50 Days of Lulz: A Retrospective

Last Saturday, the hacker collective Lulz Security disbanded after nearly two months of “high-quality entertainment at your expense,” stating that they had always intended to keep their campaign to 50 days and were not responding to heightened law enforcement pressure.

Throughout their internet rampage, the hacker group was heavily hyped by the media, often for good reason. They took websites associated with the CIA, U.S. Senate, and Brazilian government offline with a gleeful “tango down!” on Twitter, and breached websites such as those of the FBI affiliated Infraguard, the Arizona Department of Public Safety, Sony, and Nintendo, leaking sensitive information. They also teamed up with the extensive, leaderless hacktivist group Anonymous and other supporters for Operation Anti-Security, devoted to exposing classified government documents.

This high-profile hacking activity drew a lot of media attention, which was good for putting network security on the agenda and exposing widespread security flaws, but as usual the press tended to mystify LulzSec, hackers, and “cyber” in general. Lulz Security is not some dark brotherhood of evil geniuses. The group accurately described themselves as “chaotic neutral.” Sometimes they would act for ideological reasons and just as often they would release the personal information of innocent bystanders “for the lulz.” But they were neither on a campaign to protect human rights nor were they stealing for financial gain. Mostly, they were just goofing around and showing off.

Just as Lulzsec wasn’t “evil,” they weren’t “geniuses.” While skilled, their hacks did not display any amazing technical expertise and tended to rely on Distributed Denial of Service attacks, SQL injections, and social engineering, some of the most basic attack techniques. Nothing that Lulzsec did was comparable to malware such as Stuxnet, which exploited numerous zero-day vulnerabilities and took hundreds of hours and thousands of dollars to develop. What LulzSec did, like most hackers, was analogous to the strategy of most burglars. When I worked with several police departments, I analyzed hundreds of burglaries and the vast majority, about 90%, involved entry through doors left unlocked, and the rest weren’t exactly Mission Impossible, with thieves kicking in air conditioners or climbing through windows. Similarly, LulzSec got most of their leverage from glaring security oversights like reusing passwords for important accounts.
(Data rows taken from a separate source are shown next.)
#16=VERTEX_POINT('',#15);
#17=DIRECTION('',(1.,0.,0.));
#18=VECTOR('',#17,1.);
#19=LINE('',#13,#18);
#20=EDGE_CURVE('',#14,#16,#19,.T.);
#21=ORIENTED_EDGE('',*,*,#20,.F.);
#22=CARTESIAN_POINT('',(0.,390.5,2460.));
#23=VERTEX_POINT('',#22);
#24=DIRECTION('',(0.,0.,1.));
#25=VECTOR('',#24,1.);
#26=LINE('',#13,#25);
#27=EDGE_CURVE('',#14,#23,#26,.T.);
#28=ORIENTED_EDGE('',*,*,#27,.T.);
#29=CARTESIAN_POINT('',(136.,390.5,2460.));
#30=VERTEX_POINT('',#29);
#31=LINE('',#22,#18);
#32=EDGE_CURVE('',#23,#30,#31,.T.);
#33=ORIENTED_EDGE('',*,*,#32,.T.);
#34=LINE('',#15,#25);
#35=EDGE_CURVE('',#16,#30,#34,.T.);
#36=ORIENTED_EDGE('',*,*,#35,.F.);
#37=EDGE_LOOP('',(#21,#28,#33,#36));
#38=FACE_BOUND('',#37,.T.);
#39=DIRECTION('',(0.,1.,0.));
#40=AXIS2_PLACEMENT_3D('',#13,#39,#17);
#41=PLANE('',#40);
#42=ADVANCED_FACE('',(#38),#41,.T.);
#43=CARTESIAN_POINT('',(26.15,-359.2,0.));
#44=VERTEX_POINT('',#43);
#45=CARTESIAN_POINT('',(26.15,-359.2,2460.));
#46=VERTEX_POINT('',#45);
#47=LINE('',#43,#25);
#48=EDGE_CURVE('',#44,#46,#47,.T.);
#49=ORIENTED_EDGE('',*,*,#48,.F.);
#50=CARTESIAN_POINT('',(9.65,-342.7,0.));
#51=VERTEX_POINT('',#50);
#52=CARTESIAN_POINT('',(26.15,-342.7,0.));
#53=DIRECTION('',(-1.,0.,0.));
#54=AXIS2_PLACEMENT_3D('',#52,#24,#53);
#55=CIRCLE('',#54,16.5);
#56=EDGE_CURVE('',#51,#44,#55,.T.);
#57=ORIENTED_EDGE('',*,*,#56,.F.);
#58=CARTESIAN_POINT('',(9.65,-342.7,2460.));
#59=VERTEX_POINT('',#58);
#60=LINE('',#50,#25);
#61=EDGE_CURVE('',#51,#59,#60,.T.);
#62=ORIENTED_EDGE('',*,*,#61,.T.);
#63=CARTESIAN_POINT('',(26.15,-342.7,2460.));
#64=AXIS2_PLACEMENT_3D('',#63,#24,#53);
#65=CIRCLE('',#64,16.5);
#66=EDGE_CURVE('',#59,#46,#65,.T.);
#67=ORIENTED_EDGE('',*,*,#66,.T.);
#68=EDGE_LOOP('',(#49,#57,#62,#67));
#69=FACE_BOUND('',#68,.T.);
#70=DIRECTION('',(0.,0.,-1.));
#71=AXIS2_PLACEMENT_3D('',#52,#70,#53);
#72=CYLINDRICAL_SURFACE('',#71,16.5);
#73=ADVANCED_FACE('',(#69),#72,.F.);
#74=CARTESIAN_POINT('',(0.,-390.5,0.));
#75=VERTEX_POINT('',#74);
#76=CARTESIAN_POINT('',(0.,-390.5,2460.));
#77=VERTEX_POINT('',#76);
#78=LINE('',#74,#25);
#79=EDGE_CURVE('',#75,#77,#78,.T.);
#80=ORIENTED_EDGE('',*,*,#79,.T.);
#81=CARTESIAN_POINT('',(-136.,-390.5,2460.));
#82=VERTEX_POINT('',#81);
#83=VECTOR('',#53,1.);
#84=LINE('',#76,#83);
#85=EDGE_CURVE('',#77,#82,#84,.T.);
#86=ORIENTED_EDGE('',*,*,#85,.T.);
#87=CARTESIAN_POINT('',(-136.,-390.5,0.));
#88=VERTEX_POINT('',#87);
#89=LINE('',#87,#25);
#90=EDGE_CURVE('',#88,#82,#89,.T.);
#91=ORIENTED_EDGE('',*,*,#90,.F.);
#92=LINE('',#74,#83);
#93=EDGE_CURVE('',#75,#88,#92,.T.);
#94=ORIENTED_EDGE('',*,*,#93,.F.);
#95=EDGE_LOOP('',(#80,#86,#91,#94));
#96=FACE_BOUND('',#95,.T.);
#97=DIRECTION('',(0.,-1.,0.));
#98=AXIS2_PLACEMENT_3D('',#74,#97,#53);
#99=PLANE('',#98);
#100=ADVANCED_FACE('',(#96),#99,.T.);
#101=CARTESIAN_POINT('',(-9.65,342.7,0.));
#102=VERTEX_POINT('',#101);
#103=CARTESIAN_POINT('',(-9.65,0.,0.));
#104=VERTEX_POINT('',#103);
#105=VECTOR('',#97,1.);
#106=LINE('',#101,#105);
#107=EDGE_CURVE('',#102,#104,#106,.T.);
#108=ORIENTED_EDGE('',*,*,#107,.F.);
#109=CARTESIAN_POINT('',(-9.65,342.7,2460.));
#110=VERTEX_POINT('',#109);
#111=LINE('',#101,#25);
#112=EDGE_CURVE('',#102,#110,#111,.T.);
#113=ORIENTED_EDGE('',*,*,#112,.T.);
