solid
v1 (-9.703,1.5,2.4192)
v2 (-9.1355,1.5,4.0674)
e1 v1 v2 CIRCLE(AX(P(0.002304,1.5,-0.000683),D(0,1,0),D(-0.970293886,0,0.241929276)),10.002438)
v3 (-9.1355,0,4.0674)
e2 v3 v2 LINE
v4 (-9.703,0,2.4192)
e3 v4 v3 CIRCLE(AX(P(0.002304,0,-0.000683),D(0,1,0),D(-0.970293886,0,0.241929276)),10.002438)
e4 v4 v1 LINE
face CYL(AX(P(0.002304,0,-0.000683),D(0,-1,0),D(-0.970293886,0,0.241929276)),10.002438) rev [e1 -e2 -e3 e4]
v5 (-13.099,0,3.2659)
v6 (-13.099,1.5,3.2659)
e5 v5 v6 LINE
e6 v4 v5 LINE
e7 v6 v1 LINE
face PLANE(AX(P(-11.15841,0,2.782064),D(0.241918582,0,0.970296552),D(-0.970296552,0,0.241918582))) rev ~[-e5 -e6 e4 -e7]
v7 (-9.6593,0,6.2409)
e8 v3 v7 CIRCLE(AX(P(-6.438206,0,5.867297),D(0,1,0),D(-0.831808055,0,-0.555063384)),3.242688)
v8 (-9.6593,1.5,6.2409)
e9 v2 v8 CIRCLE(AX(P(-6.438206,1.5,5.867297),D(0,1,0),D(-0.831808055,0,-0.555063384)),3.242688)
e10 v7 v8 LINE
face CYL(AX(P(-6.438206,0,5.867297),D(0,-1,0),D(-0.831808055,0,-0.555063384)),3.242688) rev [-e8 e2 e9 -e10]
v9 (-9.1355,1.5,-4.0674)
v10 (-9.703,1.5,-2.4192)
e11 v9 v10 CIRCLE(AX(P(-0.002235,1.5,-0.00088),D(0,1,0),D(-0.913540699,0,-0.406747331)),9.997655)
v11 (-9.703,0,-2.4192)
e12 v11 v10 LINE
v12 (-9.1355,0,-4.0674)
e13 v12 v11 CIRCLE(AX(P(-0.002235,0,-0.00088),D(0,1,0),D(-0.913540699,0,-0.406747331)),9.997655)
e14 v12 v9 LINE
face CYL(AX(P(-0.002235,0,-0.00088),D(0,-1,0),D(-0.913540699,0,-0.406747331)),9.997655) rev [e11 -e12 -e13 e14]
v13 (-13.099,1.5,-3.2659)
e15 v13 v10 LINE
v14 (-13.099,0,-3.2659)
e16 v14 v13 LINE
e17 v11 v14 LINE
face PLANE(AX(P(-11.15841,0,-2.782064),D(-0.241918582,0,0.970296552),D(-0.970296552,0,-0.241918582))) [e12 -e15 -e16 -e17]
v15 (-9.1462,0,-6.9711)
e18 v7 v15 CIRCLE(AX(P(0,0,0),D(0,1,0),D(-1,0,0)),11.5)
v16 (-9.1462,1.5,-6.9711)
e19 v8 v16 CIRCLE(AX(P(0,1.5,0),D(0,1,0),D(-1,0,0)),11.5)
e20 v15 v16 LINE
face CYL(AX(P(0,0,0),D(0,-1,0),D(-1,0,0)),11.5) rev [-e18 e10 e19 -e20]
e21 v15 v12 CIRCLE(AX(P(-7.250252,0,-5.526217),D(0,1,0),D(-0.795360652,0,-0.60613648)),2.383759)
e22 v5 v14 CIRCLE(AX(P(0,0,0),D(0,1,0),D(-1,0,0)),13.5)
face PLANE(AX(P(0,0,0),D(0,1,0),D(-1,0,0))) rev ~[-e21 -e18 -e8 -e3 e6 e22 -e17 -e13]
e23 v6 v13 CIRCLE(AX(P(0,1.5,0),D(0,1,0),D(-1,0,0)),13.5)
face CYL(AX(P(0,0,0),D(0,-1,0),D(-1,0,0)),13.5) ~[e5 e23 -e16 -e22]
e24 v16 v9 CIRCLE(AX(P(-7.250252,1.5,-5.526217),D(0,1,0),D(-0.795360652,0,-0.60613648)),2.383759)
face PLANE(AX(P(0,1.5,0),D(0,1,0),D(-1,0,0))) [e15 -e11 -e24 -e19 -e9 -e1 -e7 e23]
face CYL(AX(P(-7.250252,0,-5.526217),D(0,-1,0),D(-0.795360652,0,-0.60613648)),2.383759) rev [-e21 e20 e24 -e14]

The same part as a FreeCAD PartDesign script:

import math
import FreeCAD as App
import Part
import Sketcher
Q = App.Units.Quantity

doc = App.newDocument("Part")
body = doc.addObject("PartDesign::Body", "Body")

# Sketch on XZ plane
sketch1 = doc.addObject("Sketcher::SketchObject", "Sketch")
body.addObject(sketch1)
sketch1.AttachmentSupport = (doc.XZ_Plane, [""])
sketch1.MapMode = "FlatFace"
sketch1.addGeometry([
    Part.ArcOfCircle(Part.Circle(App.Vector(0, 0, 0), App.Vector(0, 0, 1), 13.5), math.radians(-166.000196), math.radians(166.000196)),  # 0
    Part.LineSegment(App.Vector(-13.099, -3.2659, 0), App.Vector(-9.703, -2.4192, 0)),  # 1
    Part.ArcOfCircle(Part.Circle(App.Vector(-0.002235, -0.00088, 0), App.Vector(0, 0, 1), 9.997655), math.radians(-166.001961), math.radians(-155.99933)),  # 2
    Part.ArcOfCircle(Part.Circle(App.Vector(-7.2505, -5.5263, 0), App.Vector(0, 0, 1), 2.383511), math.radians(142.26184), math.radians(217.312689)),  # 3
    Part.ArcOfCircle(Part.Circle(App.Vector(0, 0, 0), App.Vector(0, 0, 1), 11.5), math.radians(-142.68588), math.radians(147.133388)),  # 4
    Part.ArcOfCircle(Part.Circle(App.Vector(-6.4382, 5.8673, 0), App.Vector(0, 0, 1), 3.242694), math.radians(173.384098), math.radians(213.71506)),  # 5
    Part.ArcOfCircle(Part.Circle(App.Vector(0.002304, -0.000683, 0), App.Vector(0, 0, 1), 10.002438), math.radians(156.001727), math.radians(165.999564)),  # 6
    Part.LineSegment(App.Vector(-9.703, 2.4192, 0), App.Vector(-13.099, 3.2659, 0)),  # 7
], False)
sketch1.addConstraint([
    Sketcher.Constraint("Coincident", 0, 1, 1, 1),
    Sketcher.Constraint("Coincident", 1, 2, 2, 1),
    Sketcher.Constraint("Coincident", 2, 2, 3, 1),
    Sketcher.Constraint("Tangent", 3, 2, 4, 1),
    Sketcher.Constraint("Coincident", 4, 2, 5, 1),
    Sketcher.Constraint("Coincident", 5, 2, 6, 1),
    Sketcher.Constraint("Coincident", 6, 2, 7, 1),
    Sketcher.Constraint("Coincident", 7, 2, 0, 2),
    Sketcher.Constraint("Coincident", 0, 3, -1, 1),
    Sketcher.Constraint("Coincident", 4, 3, -1, 1),
    Sketcher.Constraint("Symmetric", 2, 3, 6, 3, -2),
    Sketcher.Constraint("Symmetric", 2, 2, 5, 2, -1),
    Sketcher.Constraint("Symmetric", 1, 2, 6, 2, -1),
    Sketcher.Constraint("Vertical", 0, 1, 7, 2),
    Sketcher.Constraint("Radius", 0, Q("13.5 mm")),
    Sketcher.Constraint("Radius", 4, Q("11.5 mm")),
    Sketcher.Constraint("Angle", 1, Q("13.9997 deg")),
    Sketcher.Constraint("Distance", 1, Q("3.5 mm")),
    Sketcher.Constraint("Radius", 2, Q("9.9977 mm")),
    Sketcher.Constraint("Radius", 3, Q("2.3835 mm")),
    Sketcher.Constraint("Radius", 5, Q("3.2427 mm")),
    Sketcher.Constraint("DistanceY", 5, 2, 5, 3, Q("1.8 mm")),
    Sketcher.Constraint("DistanceY", 1, 2, 4, 2, Q("8.66 mm")),
    Sketcher.Constraint("DistanceX", 0, 1, -1, 1, Q("13.099 mm")),
])
pad1 = doc.addObject("PartDesign::Pad", "Pad")
body.addObject(pad1)
pad1.Profile = sketch1
pad1.Length = 1.5
pad1.Reversed = True

doc.recompute()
All of that is not to say Lulz Security was trivial. Targeting such important and ostensibly secure websites was both bold and eye-opening. LulzSec attacked law enforcement head-on with no fear of arrest. This is where their skills come in, as despite the recent worldwide arrests of dozens of hackers in a crackdown, Lulzsec’s 6 core members remained untouched. Because attribution is difficult in cyber attacks, informants are a key way for law enforcement to trace criminal hackers, but LulzSec dealt with “snitches” with ruthless efficiency that the mob would envy. When two wanted hackers leaked some affiliated logs, LulzSec released their locations, pictures, last known IP addresses, phone numbers, and screen names to law enforcement, even as one was trying to flee the country. “These goons begged us for mercy after they apologized to us all night,” they warned in the release, “There is no mercy on The Lulz Boat. Snitches get stitches.”

They also brought an unprecedented amount of attention to network security of the lack thereof. While the field of cyber security is riddled with periodic “wake up calls,” LulzSec didn’t just breach numerous important websites, they did so while cultivating a new level of celebrity, including so many followers on Twitter that they brought websites down simply by tweeting a link. They were the first hacker group that cultivated a brand name outside of a niche of experts and even had a PR branch. LulzSec also went after highly visible targets associated with security, causing cognitive dissonance and exposing the flawed state of computer network security. This was all part of the plan, as LulzSec said that they relied on such unsophisticated methods precisely to make a joke of the security culture- they got more “lulz” that way.

In the end, perhaps the most cogent media analysis of Lulz Security came from an interview of CTOvision’s own Bob Gourley: “Their humor cracks me up… Any unauthorized break-in should be investigated as a crime, and I hope all who participate in those crimes get caught. But as we learn about the forensics after their major attacks, they are going after enterprises that make poor choices when it comes to security. At some point we citizens should expect more from corporate America and our government when it comes to computer security. Do we blame Lulz for their attack against Sony, or do we blame Sony?”